Most tax revenue in Ukraine comes from social tax, personal income tax and value-added tax. Combined, taxes account for 79% of the country’s state budget revenue, or $31 billion.
In 2020, Ukraine collected $38.5 billion through tax and non-tax revenue. Much of it came from value-added tax on both imported and domestic goods — 37.2%. The state budget approaches $50 billion; the remainder is financed by borrowing.
Employers’ 41.5% commitment
Employers in Ukraine pay three taxes on every salary: a social tax, an income tax and a military levy (introduced in 2014). In total, a company pays 41.5% in taxes for one employee.
Tax experts agree this combined rate is too high. Vladimir Dubrovsky, a senior economist at CASE Ukraine, a think tank for social and economic studies, said that the current rate encourages employers to evade taxes.
As a result, many enterprises either pay their workers off the books, in cash, thus lowering the reported official salary and paying less in taxes, or ask their staffers to register as individual entrepreneurs to be able to pay a modest 5% individual entrepreneur tax.
Employers who want to be 100% legal are overburdened with taxes and may not outcompete their less conscientious counterparts. “It’s like punishing an employer for creating jobs and paying salaries,” Dubrovsky said.
Value-added tax
Currently, there are three VAT rates in Ukraine: 20%, 7%, and 0%.
The reduced rate of 7% applies to export and import of specific medical goods and medical equipment that’s used in clinical trials.
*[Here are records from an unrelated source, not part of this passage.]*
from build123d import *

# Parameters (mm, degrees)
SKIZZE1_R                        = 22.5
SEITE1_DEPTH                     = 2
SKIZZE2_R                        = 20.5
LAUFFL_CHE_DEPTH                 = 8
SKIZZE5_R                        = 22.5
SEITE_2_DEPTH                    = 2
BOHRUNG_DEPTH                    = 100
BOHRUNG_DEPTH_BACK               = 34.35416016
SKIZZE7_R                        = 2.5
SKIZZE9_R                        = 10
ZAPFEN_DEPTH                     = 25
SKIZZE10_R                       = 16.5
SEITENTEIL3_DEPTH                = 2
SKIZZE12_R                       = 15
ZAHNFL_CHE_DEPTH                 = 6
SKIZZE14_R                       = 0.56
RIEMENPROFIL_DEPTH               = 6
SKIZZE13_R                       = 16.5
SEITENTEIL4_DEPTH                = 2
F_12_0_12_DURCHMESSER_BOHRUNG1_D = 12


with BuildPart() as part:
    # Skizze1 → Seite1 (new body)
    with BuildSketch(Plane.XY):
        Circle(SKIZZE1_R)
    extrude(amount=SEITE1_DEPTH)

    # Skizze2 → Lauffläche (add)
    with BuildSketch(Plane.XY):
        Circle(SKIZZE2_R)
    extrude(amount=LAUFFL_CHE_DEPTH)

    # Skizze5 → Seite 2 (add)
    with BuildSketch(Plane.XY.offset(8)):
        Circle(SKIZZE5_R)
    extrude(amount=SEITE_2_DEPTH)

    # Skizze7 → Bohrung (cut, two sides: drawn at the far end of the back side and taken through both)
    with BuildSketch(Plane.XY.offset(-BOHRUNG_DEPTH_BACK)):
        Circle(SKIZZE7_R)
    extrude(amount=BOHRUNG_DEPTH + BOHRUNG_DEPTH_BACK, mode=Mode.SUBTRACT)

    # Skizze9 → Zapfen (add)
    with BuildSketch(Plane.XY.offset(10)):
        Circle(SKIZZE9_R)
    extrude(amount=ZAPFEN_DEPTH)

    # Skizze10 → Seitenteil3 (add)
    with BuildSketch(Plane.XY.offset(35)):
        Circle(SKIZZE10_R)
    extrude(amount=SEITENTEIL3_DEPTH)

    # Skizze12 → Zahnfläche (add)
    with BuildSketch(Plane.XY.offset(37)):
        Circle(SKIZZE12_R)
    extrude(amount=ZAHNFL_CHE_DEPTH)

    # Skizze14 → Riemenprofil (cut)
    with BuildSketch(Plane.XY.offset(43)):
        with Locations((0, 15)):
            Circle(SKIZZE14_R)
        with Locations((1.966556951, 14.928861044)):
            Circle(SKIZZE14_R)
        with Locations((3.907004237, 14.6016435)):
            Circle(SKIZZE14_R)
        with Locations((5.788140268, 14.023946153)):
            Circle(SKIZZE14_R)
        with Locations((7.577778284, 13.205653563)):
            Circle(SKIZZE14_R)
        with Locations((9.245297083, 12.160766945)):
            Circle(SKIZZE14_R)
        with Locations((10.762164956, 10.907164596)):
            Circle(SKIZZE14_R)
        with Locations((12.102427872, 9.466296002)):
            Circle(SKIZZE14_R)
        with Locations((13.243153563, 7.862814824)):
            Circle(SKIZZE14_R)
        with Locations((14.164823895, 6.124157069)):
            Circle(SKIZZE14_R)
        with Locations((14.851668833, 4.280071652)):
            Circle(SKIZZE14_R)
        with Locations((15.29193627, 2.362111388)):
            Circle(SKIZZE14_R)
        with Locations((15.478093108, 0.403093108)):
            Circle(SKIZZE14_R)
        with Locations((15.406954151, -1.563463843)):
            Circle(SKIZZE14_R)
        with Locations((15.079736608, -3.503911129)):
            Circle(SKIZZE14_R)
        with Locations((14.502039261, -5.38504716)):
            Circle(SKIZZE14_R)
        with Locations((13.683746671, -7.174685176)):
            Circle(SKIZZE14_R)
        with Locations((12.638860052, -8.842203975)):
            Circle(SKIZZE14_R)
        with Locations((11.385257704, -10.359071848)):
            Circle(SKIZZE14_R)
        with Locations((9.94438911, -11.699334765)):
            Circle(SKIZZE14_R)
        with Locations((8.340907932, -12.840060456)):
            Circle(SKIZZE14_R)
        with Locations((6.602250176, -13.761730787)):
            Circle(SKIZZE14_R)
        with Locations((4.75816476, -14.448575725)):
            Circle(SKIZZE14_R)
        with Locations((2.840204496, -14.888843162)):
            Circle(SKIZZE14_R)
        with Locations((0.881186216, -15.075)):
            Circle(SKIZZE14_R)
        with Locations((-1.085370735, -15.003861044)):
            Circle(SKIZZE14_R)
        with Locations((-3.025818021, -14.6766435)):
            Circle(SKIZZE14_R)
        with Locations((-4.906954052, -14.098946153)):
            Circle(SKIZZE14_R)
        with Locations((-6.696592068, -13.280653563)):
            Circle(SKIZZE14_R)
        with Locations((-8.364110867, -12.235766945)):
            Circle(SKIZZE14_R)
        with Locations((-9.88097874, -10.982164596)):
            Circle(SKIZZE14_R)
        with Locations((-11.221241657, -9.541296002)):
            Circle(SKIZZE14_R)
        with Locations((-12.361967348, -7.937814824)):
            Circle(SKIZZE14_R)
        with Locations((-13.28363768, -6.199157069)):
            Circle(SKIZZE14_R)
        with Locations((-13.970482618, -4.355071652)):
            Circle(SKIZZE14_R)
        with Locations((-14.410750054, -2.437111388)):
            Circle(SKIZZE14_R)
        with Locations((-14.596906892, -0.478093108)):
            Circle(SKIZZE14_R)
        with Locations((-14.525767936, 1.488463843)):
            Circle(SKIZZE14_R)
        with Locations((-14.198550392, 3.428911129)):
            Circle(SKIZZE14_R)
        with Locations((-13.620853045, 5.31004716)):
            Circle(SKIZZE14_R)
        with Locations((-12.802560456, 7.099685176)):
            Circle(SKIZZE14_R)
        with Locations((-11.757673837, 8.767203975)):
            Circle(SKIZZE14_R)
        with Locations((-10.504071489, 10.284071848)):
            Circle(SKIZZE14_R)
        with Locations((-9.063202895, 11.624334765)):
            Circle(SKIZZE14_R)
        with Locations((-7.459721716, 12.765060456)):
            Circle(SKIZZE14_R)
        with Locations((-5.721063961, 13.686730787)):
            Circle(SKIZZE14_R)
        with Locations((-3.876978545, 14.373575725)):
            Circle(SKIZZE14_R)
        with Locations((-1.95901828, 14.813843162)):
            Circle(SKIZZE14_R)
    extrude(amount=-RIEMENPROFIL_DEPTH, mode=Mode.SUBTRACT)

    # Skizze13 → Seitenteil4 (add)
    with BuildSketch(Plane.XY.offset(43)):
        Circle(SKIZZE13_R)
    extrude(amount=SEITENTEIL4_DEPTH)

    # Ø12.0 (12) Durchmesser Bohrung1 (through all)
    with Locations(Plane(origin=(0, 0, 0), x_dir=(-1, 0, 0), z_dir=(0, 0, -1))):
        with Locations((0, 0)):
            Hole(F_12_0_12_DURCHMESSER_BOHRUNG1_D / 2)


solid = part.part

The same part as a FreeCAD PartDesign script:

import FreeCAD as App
import Part
import Sketcher

doc = App.newDocument("Part")
body = doc.addObject("PartDesign::Body", "Body")

# Sketch on XY plane
sketch1 = doc.addObject("Sketcher::SketchObject", "Sketch")
body.addObject(sketch1)
sketch1.AttachmentSupport = (doc.XY_Plane, [""])
sketch1.MapMode = "FlatFace"
sketch1.addGeometry(Part.Circle(App.Vector(0, 0, 0), App.Vector(0, 0, 1), 22.5), False)
sketch1.addConstraint([
    Sketcher.Constraint("Coincident", 0, 3, -1, 1),
    Sketcher.Constraint("Diameter", 0, 45.0),
])
pad1 = doc.addObject("PartDesign::Pad", "Pad")
body.addObject(pad1)
pad1.Profile = sketch1
pad1.Length = 2

# Sketch on XY plane
sketch2 = doc.addObject("Sketcher::SketchObject", "Sketch001")
body.addObject(sketch2)
sketch2.AttachmentSupport = (doc.XY_Plane, [""])
sketch2.MapMode = "FlatFace"
sketch2.addGeometry(Part.Circle(App.Vector(0, 0, 0), App.Vector(0, 0, 1), 20.5), False)
sketch2.addConstraint([
    Sketcher.Constraint("Coincident", 0, 3, -1, 1),
    Sketcher.Constraint("Diameter", 0, 41.0),
])
pad2 = doc.addObject("PartDesign::Pad", "Pad001")
body.addObject(pad2)
pad2.Profile = sketch2
pad2.Length = 8

# Sketch on XY plane
sketch3 = doc.addObject("Sketcher::SketchObject", "Sketch002")
body.addObject(sketch3)
sketch3.AttachmentSupport = (doc.XY_Plane, [""])
sketch3.MapMode = "FlatFace"
sketch3.AttachmentOffset = App.Placement(App.Vector(0, 0, 8), App.Rotation())
sketch3.addGeometry(Part.Circle(App.Vector(0, 0, 0), App.Vector(0, 0, 1), 22.5), False)
sketch3.addConstraint([
    Sketcher.Constraint("Coincident", 0, 3, -1, 1),
    Sketcher.Constraint("Diameter", 0, 45.0),
])
pad3 = doc.addObject("PartDesign::Pad", "Pad002")
body.addObject(pad3)
pad3.Profile = sketch3
pad3.Length = 2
Starting in 2021, this rate is also applied to some services, including holding cultural events and arranging excursions in museums, zoos and natural reserves.
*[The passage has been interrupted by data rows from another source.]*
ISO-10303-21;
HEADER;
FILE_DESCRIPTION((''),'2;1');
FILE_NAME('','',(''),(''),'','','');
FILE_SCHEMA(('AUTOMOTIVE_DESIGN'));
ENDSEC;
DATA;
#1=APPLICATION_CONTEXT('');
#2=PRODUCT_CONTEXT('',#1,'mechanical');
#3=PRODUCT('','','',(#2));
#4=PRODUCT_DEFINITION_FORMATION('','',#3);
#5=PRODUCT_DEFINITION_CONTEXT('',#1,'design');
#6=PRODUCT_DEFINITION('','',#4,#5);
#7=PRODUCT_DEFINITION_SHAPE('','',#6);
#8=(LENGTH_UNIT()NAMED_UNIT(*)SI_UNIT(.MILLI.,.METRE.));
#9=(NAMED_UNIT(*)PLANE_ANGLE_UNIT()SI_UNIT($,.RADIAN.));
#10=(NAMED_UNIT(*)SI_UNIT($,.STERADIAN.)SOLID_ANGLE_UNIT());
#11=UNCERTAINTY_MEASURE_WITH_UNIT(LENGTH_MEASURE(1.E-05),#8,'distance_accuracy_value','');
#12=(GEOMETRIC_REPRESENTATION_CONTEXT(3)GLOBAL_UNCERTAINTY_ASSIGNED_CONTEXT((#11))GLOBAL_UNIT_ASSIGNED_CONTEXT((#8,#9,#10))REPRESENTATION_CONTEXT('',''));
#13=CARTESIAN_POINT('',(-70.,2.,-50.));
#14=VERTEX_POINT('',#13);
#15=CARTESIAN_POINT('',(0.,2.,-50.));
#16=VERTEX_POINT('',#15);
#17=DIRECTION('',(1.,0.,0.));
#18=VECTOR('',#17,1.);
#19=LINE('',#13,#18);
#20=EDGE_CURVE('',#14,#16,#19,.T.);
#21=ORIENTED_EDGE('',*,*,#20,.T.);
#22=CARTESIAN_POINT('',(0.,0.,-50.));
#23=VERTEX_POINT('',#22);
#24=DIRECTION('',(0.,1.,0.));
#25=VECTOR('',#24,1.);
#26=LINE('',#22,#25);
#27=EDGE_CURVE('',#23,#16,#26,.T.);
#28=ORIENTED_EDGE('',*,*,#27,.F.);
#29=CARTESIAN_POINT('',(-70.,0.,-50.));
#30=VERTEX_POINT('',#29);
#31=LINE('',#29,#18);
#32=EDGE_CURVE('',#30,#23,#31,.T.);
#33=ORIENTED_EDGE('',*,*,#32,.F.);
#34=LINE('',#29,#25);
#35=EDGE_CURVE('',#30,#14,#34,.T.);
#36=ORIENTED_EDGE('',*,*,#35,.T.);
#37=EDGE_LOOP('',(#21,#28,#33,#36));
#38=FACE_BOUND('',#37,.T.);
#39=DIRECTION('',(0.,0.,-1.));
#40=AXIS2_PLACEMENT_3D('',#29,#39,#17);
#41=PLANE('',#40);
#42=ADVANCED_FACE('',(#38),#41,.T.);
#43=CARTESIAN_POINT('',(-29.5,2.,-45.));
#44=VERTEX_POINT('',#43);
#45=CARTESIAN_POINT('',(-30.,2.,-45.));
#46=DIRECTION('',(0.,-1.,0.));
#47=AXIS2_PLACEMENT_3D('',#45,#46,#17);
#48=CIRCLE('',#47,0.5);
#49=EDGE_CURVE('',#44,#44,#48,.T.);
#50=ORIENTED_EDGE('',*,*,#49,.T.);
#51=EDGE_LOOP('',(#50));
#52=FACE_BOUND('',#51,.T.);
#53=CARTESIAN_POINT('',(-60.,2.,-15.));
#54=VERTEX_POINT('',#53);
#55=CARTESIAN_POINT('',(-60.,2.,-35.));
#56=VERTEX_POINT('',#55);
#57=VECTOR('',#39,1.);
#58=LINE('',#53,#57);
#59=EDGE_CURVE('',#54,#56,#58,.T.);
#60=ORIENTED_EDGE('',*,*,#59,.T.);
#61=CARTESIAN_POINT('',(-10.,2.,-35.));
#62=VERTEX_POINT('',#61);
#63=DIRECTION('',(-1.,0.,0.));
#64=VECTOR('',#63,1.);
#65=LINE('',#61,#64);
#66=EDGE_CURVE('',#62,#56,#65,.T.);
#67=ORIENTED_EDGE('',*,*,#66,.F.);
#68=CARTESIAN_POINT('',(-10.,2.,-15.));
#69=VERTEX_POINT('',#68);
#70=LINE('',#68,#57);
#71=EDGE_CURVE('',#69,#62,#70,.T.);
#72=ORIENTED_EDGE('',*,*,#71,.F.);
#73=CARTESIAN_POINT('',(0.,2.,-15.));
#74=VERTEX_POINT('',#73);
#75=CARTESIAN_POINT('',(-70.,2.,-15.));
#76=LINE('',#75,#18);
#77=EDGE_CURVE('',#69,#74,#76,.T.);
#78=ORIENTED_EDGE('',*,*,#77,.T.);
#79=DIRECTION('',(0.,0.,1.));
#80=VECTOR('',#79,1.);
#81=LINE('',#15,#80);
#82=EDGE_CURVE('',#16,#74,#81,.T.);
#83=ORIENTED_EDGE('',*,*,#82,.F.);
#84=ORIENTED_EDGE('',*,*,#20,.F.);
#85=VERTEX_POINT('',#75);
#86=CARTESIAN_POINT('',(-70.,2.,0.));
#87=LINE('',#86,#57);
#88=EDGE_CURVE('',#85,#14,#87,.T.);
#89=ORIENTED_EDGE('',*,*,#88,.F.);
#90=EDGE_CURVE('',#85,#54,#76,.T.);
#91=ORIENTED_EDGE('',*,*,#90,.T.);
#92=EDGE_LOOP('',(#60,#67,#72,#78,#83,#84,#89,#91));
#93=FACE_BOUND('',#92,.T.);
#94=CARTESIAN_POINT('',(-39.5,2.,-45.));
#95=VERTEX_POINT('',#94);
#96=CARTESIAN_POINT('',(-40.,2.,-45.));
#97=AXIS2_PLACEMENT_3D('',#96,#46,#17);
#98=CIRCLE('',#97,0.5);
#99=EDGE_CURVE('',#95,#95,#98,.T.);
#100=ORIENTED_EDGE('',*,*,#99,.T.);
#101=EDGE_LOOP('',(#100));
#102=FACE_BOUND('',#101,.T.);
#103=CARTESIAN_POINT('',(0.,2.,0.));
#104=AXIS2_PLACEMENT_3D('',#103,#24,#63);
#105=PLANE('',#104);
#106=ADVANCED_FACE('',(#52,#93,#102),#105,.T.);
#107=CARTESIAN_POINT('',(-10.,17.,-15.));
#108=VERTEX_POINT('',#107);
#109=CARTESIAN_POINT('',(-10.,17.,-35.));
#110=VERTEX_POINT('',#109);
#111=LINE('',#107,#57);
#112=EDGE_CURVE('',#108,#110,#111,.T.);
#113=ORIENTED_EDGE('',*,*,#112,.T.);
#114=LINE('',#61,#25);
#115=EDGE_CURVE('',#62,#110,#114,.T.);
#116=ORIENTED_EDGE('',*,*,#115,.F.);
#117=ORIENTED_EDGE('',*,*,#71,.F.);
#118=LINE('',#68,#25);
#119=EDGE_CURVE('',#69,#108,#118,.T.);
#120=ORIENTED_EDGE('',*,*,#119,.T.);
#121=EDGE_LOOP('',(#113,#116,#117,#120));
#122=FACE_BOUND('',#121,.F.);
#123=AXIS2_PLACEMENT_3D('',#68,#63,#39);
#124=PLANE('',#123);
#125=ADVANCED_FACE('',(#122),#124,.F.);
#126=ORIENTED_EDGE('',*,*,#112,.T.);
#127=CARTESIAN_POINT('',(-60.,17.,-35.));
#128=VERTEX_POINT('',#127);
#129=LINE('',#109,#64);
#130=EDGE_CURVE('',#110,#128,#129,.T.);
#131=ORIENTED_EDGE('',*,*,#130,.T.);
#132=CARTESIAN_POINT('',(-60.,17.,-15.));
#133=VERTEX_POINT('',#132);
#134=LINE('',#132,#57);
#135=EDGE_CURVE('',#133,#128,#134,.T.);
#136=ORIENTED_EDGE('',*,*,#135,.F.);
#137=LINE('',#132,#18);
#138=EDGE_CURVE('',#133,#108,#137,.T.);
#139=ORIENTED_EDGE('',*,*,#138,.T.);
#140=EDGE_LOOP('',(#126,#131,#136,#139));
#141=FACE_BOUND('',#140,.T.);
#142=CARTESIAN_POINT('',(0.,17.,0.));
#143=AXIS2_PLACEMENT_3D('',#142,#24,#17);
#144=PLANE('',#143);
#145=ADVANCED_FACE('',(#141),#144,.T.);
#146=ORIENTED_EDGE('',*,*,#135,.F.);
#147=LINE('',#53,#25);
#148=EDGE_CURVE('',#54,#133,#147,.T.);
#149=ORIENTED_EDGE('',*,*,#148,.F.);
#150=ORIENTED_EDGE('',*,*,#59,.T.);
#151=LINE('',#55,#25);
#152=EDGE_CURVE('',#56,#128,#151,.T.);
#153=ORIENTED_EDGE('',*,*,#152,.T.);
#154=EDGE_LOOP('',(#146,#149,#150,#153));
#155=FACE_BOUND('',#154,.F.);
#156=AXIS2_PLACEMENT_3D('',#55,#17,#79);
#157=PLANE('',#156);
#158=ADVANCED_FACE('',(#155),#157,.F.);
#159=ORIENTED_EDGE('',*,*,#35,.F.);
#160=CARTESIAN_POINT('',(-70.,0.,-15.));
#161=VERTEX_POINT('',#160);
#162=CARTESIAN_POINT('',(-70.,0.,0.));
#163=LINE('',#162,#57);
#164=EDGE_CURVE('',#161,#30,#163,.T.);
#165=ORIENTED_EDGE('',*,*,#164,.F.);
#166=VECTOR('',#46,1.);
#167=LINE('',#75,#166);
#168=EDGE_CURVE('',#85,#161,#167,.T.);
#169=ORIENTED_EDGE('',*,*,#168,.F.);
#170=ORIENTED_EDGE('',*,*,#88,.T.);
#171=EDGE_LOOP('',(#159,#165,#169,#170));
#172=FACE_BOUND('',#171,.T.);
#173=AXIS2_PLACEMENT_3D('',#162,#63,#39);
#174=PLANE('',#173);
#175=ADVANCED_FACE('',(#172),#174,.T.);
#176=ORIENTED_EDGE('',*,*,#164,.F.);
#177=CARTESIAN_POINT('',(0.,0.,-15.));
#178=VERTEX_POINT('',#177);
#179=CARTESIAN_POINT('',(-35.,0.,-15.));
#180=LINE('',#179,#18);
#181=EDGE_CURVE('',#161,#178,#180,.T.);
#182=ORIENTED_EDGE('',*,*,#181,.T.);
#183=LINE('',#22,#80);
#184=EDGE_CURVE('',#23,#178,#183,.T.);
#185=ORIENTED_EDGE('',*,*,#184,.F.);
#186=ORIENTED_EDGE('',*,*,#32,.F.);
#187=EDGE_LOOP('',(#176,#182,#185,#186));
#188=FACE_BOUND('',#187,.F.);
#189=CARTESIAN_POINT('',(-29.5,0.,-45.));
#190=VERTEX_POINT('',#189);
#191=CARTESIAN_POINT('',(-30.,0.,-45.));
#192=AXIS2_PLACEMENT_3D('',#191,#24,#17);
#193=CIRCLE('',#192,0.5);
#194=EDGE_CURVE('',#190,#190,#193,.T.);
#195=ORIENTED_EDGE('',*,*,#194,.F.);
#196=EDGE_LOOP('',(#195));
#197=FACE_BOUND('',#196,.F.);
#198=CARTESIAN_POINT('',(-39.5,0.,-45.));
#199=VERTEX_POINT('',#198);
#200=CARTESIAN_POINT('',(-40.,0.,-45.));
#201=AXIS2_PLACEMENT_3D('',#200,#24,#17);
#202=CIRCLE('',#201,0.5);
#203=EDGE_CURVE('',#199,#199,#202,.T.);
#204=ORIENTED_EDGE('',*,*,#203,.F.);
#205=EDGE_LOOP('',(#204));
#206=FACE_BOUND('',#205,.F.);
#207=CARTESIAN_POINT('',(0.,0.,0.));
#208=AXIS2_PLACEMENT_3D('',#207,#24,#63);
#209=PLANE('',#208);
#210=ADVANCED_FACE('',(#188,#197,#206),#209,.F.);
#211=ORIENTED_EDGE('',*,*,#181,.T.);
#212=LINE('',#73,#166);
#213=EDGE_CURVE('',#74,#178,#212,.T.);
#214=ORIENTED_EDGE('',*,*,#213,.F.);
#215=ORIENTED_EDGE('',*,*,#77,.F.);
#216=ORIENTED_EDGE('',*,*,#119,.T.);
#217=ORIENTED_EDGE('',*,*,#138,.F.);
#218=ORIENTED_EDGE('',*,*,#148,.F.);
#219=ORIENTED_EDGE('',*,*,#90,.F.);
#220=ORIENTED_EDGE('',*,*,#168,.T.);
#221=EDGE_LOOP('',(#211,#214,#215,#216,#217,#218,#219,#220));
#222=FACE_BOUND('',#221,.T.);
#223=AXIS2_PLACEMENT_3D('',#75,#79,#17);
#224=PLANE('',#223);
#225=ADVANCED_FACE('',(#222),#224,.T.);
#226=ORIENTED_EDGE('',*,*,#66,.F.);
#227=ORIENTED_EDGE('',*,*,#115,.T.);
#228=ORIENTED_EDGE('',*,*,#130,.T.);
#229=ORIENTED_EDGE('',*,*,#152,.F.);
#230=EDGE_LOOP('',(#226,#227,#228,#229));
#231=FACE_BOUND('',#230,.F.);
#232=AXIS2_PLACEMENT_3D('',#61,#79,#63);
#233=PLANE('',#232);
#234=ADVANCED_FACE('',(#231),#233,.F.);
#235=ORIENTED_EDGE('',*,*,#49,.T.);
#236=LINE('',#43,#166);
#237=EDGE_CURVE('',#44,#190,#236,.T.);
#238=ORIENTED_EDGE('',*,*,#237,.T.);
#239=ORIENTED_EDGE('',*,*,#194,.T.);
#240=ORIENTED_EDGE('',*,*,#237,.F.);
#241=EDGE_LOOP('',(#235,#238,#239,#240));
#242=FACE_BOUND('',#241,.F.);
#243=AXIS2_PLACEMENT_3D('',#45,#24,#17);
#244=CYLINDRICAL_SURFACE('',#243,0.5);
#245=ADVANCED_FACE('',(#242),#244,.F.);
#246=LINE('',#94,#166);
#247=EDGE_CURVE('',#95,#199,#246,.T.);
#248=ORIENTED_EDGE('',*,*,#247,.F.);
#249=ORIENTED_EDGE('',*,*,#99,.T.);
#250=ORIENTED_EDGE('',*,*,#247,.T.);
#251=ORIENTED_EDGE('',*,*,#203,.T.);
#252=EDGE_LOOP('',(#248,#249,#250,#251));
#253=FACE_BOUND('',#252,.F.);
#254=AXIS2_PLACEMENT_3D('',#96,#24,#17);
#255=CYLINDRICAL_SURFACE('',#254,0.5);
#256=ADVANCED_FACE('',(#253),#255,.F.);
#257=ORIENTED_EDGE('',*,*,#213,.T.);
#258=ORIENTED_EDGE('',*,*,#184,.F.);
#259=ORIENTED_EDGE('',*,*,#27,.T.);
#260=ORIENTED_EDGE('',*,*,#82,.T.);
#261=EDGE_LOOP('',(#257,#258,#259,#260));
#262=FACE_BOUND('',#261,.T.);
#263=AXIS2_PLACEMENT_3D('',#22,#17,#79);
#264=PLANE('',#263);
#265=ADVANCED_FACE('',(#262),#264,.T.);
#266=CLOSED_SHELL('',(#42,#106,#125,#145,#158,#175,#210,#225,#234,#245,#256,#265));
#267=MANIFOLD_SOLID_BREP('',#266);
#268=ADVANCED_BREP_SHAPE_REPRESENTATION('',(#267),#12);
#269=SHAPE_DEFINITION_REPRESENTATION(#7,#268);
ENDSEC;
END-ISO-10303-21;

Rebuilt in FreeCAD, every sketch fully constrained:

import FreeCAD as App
import Part
import Sketcher

V = App.Vector

doc = App.newDocument("Part")
body = doc.addObject("PartDesign::Body", "Body")

# Sketch on XZ plane
sketch1 = body.newObject("Sketcher::SketchObject", "Sketch")
sketch1.AttachmentSupport = (doc.getObject("XZ_Plane"), [""])
sketch1.MapMode = "FlatFace"
sketch1.addGeometry([
    Part.LineSegment(V(-70, 0, 0), V(0, 0, 0)),
    Part.LineSegment(V(0, 0, 0), V(0, -50, 0)),
    Part.LineSegment(V(0, -50, 0), V(-70, -50, 0)),
    Part.LineSegment(V(-70, -50, 0), V(-70, 0, 0)),
], False)
sketch1.addConstraint([
    Sketcher.Constraint("Coincident", 0, 2, 1, 1),
    Sketcher.Constraint("Coincident", 1, 2, 2, 1),
    Sketcher.Constraint("Coincident", 2, 2, 3, 1),
    Sketcher.Constraint("Coincident", 3, 2, 0, 1),
    Sketcher.Constraint("Horizontal", 0),
    Sketcher.Constraint("Vertical", 1),
    Sketcher.Constraint("Horizontal", 2),
    Sketcher.Constraint("Vertical", 3),
    Sketcher.Constraint("Coincident", 0, 2, -1, 1),
    Sketcher.Constraint("DistanceX", 0, 1, 0, 2, 70.0),
    Sketcher.Constraint("DistanceY", 1, 2, 1, 1, 50.0),
])
pad1 = body.newObject("PartDesign::Pad", "Pad")
pad1.Profile = sketch1
pad1.Length = 2
pad1.Reversed = True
The 0% rate applies to the supply of international transport and toll manufacturing services (if the finished goods are then re-exported from Ukraine), and some other services.
The 20% rate applies to the rest of the transactions that are subject to VAT. An electronic system to collect VAT and anti-tax evasion measures created a more transparent environment, when it was introduced in 2015, Serhii Popov, head of the tax and legal desk at auditor KPMG, told the Kyiv Post.
Property tax
The local property tax, meanwhile, is still relatively new and undeveloped unlike in many Western countries, where property taxes provide the backbone of local budgets, often accounting for more than half of tax revenues.
In Ukraine, property tax contribution is worth only 3% of revenues. The State Treasury Service doesn’t even have a separate category for property tax and combines it with other personal income tax revenues, which together secure 10.9% of the budget.
Unlike in other European countries like Germany where the rate is determined by the assessed value of the property, Ukraine’s system is based on the size of the apartment or building.
Are changes needed?
The government plans further changes to the tax legislation, which includes an increase in the tax on natural resources and excise tax on a number of goods, according to Alexander Cherinko, head of the tax & legal department at auditor Deloitte Ukraine.
But Cherinko doesn’t think massive changes are required. He said Ukraine’s focus should be on building trust in a relationship between taxpayers and tax authorities, rather than changing legislation.
More businesses, meanwhile, have come to understand the importance of auditing, since the new law on auditing was passed in 2018, said Gregoire Dattee, a partner at Mazars in Ukraine. According to the expert, more companies are subject to mandatory audits today, which helps foster trust and transparency in the business market.